Provided material:
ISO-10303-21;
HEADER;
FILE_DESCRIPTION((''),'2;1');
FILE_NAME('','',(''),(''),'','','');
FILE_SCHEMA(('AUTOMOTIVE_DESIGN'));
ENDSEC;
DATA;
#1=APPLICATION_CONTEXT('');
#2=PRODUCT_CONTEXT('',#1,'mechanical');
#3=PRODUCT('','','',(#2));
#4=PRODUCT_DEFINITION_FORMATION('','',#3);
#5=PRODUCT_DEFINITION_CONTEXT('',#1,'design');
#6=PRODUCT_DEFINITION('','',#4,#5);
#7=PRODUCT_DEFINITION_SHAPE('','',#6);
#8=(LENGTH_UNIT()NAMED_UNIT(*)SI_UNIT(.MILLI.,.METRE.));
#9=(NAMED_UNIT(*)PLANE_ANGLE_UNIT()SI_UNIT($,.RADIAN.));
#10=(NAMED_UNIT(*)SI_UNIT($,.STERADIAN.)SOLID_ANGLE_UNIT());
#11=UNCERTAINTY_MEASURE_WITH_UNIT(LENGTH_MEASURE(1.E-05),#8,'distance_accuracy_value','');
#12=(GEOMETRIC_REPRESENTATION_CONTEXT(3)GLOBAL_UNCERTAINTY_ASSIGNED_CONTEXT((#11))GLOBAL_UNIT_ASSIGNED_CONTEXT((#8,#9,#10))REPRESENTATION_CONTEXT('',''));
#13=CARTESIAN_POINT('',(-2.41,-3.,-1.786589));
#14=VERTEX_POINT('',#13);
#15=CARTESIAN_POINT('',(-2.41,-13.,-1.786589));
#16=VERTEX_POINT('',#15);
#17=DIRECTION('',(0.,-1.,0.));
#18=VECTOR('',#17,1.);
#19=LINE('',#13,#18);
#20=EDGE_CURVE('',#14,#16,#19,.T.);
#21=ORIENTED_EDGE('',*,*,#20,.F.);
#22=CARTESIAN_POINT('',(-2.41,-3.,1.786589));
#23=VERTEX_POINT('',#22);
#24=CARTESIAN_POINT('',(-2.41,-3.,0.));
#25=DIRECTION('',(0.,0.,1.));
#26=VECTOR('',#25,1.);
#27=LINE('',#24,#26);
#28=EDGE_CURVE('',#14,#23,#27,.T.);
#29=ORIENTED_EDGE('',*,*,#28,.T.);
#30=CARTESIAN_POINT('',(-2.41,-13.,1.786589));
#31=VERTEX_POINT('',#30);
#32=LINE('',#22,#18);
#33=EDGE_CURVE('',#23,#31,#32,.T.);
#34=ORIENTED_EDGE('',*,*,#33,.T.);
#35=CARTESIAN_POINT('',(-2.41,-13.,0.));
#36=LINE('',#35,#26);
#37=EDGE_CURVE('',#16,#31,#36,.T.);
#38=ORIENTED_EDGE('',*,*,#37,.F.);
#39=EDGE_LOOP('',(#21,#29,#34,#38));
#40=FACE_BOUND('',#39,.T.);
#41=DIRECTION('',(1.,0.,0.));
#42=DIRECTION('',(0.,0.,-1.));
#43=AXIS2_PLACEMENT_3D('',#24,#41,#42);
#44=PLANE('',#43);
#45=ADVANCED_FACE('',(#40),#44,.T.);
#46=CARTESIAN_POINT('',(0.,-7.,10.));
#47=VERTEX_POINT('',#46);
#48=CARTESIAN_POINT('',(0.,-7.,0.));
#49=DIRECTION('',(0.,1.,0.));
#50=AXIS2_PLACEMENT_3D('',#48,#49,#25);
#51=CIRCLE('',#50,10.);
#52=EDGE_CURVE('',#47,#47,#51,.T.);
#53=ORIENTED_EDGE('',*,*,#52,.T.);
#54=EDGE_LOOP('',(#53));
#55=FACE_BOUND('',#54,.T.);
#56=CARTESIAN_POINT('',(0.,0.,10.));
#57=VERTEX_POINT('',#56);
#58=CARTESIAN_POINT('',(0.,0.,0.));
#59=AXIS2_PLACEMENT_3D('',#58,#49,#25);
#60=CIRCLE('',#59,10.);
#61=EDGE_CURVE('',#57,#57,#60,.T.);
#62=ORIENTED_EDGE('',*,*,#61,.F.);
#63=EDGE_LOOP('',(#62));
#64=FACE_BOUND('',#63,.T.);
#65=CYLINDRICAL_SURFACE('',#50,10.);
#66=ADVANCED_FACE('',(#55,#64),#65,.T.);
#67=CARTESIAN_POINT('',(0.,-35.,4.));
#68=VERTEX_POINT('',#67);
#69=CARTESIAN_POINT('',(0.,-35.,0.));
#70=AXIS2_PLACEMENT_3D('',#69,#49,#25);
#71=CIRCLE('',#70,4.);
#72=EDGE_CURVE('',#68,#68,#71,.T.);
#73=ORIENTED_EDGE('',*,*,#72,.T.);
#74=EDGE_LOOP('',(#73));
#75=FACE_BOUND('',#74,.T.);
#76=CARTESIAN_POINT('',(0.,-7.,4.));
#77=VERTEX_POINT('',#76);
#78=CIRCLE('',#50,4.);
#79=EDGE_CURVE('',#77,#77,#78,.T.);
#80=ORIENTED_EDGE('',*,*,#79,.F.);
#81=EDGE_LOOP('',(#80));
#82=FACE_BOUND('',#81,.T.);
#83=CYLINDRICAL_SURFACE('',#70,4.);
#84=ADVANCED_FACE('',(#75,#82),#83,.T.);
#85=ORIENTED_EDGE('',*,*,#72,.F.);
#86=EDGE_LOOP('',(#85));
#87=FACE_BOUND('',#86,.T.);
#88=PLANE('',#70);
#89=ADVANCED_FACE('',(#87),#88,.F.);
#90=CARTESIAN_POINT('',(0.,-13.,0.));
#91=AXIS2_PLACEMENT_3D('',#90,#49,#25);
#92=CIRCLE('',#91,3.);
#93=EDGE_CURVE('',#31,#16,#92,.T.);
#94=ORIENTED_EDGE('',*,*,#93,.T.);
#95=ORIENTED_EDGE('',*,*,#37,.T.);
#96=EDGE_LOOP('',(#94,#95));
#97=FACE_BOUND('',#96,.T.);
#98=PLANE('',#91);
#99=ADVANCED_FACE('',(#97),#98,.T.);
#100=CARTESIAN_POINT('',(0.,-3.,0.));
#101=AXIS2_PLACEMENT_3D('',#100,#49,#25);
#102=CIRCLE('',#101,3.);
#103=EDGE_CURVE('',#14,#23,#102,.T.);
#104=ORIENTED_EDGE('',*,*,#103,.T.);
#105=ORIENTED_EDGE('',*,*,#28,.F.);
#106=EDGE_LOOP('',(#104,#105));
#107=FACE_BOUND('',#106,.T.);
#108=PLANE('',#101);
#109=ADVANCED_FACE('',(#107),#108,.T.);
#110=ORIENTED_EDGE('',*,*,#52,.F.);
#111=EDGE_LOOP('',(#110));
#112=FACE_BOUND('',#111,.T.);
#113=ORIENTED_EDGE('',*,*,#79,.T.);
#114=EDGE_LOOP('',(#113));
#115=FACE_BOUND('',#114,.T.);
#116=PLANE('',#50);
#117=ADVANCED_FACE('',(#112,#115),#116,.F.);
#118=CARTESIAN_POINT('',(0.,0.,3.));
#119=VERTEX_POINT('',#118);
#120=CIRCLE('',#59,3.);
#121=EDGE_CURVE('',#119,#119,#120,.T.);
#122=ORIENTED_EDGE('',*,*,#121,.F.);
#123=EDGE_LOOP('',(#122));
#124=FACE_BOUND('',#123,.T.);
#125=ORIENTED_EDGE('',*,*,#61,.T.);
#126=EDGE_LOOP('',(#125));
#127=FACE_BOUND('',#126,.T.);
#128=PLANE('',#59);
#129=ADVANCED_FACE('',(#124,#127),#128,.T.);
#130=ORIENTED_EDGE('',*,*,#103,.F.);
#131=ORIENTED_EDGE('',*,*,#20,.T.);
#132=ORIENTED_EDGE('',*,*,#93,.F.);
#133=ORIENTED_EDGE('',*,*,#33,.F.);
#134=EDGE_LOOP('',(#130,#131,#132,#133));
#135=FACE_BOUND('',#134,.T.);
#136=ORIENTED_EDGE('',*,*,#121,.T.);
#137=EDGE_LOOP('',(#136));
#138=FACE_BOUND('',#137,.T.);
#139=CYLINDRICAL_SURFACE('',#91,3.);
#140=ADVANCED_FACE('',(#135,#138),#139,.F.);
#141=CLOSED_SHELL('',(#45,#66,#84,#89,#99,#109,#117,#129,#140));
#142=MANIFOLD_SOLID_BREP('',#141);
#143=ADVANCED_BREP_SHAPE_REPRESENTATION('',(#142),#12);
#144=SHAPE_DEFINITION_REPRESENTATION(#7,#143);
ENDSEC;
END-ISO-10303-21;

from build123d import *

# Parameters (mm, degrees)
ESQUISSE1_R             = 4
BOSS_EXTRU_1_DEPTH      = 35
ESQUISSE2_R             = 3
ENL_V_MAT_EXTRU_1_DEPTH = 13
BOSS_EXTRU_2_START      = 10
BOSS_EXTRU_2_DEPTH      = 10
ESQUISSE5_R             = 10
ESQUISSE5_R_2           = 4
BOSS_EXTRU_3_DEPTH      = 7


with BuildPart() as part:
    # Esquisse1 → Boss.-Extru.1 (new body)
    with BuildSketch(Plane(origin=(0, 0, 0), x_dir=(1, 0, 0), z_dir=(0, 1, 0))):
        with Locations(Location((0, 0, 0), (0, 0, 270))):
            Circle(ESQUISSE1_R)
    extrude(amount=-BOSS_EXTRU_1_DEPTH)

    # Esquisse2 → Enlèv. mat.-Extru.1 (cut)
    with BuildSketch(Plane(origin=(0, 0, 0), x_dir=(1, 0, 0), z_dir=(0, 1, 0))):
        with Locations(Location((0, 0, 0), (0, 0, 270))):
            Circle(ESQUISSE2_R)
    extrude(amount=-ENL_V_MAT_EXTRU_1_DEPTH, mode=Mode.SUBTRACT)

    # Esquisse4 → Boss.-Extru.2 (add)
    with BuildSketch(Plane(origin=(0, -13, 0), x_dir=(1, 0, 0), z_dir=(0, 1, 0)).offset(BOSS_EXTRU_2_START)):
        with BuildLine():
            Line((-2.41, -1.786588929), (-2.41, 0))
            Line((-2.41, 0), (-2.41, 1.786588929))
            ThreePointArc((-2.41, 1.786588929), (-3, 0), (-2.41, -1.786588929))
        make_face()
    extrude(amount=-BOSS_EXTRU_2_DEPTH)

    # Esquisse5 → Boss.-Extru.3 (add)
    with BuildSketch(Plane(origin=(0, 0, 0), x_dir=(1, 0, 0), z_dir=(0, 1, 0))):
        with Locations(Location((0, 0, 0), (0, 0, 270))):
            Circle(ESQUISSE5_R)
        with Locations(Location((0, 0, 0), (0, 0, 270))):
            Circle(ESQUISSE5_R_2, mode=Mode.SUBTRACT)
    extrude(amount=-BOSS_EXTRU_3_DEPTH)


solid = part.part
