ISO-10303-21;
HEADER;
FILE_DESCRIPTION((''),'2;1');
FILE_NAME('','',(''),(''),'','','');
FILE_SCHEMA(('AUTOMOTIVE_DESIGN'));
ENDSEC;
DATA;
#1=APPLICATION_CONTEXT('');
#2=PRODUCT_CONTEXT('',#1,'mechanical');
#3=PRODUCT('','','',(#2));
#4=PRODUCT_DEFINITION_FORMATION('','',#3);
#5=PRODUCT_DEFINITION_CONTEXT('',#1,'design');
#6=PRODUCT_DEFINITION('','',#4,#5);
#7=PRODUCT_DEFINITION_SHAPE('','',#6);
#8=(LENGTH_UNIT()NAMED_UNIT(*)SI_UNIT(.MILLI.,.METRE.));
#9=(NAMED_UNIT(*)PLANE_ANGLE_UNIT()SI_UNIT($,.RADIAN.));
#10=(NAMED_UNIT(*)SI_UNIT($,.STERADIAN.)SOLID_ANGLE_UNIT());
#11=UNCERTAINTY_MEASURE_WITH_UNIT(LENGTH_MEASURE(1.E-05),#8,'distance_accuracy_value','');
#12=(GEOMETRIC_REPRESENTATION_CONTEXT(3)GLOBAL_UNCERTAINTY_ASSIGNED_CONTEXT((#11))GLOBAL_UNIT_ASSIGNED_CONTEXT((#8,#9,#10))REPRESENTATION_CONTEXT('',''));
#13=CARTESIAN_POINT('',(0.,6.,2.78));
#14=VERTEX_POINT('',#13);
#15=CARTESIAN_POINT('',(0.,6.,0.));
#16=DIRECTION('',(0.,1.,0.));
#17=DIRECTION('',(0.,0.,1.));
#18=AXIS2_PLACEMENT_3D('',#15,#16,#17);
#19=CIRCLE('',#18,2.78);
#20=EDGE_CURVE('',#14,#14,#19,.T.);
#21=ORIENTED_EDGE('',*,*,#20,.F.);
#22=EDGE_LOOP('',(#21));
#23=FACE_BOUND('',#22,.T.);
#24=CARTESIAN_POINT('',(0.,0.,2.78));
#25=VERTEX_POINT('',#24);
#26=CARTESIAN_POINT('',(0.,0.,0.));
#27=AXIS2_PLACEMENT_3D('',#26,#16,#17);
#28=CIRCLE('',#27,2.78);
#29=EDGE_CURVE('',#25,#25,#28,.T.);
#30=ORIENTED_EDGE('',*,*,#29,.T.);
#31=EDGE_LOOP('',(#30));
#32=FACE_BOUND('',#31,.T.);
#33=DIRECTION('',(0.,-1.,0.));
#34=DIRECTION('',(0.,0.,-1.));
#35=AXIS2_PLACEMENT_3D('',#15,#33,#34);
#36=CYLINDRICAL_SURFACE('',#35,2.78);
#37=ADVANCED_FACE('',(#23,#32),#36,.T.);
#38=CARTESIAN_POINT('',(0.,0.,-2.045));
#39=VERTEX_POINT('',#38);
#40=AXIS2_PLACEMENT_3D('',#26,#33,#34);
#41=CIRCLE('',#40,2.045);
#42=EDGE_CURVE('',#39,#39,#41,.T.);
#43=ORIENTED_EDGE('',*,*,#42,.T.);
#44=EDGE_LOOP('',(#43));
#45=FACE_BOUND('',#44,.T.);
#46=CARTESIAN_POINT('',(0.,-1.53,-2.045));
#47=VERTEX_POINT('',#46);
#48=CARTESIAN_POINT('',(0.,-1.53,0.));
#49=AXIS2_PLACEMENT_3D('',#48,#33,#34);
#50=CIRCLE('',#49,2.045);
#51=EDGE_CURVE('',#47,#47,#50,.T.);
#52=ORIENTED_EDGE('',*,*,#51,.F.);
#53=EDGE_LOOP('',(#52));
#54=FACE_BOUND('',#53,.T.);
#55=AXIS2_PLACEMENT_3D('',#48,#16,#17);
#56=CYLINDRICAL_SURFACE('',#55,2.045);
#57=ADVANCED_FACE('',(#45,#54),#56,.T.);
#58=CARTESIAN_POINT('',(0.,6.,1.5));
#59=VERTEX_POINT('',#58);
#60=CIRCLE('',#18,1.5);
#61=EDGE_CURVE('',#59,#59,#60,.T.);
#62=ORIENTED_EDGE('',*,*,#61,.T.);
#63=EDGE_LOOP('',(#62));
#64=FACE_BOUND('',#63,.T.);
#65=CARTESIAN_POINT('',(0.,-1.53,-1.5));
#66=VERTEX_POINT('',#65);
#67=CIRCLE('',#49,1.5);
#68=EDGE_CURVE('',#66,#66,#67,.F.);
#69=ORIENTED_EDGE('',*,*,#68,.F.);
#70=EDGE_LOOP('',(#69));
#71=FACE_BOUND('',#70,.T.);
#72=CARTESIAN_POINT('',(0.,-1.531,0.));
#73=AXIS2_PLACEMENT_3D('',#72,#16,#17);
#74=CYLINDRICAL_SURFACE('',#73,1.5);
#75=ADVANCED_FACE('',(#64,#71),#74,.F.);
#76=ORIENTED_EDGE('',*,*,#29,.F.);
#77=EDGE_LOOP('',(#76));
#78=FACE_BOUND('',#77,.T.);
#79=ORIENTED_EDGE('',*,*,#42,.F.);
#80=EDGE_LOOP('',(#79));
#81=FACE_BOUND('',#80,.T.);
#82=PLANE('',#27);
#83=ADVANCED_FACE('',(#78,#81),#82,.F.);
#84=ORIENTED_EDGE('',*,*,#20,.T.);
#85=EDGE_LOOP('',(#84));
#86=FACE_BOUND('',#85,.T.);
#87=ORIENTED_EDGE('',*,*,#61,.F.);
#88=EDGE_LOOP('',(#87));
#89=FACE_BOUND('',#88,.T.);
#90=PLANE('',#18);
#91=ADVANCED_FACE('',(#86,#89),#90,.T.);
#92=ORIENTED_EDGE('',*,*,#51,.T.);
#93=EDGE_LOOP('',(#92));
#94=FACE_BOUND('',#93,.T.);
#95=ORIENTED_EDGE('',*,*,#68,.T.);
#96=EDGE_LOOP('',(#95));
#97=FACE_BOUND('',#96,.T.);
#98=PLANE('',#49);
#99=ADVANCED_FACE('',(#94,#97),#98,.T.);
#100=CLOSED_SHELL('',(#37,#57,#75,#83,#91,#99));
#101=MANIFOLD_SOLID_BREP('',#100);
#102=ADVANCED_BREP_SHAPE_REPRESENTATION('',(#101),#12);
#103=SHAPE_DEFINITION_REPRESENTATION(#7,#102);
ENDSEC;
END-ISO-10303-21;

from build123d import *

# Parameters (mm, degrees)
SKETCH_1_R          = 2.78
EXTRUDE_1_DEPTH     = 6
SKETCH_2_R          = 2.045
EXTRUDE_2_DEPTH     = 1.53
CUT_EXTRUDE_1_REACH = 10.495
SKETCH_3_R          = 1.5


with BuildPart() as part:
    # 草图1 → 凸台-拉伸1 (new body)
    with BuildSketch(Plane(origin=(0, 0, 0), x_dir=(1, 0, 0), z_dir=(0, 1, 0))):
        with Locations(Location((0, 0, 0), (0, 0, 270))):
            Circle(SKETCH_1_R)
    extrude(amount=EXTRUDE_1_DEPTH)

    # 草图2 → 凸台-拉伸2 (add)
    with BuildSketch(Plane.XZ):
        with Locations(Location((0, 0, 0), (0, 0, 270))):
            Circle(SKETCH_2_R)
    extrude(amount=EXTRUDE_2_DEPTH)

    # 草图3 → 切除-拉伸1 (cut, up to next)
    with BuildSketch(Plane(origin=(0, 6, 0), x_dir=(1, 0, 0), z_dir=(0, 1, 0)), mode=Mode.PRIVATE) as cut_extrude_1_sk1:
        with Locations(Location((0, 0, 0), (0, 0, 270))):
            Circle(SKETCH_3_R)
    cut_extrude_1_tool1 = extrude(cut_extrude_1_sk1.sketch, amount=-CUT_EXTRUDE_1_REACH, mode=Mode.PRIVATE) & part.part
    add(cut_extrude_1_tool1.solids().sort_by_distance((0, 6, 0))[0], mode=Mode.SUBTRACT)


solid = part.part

Problem statement: Produce only the lines from the line containing "#18=VECTOR('',#17,1.);" through the line containing "#28=EDGE_CURVE('',#14,#23,#27,.T.);", inclusive of both, exactly as they stand in the entries above.

Expected answer:
#18=VECTOR('',#17,1.);
#19=LINE('',#13,#18);
#20=EDGE_CURVE('',#14,#16,#19,.T.);
#21=ORIENTED_EDGE('',*,*,#20,.F.);
#22=CARTESIAN_POINT('',(-2.41,-3.,1.786589));
#23=VERTEX_POINT('',#22);
#24=CARTESIAN_POINT('',(-2.41,-3.,0.));
#25=DIRECTION('',(0.,0.,1.));
#26=VECTOR('',#25,1.);
#27=LINE('',#24,#26);
#28=EDGE_CURVE('',#14,#23,#27,.T.);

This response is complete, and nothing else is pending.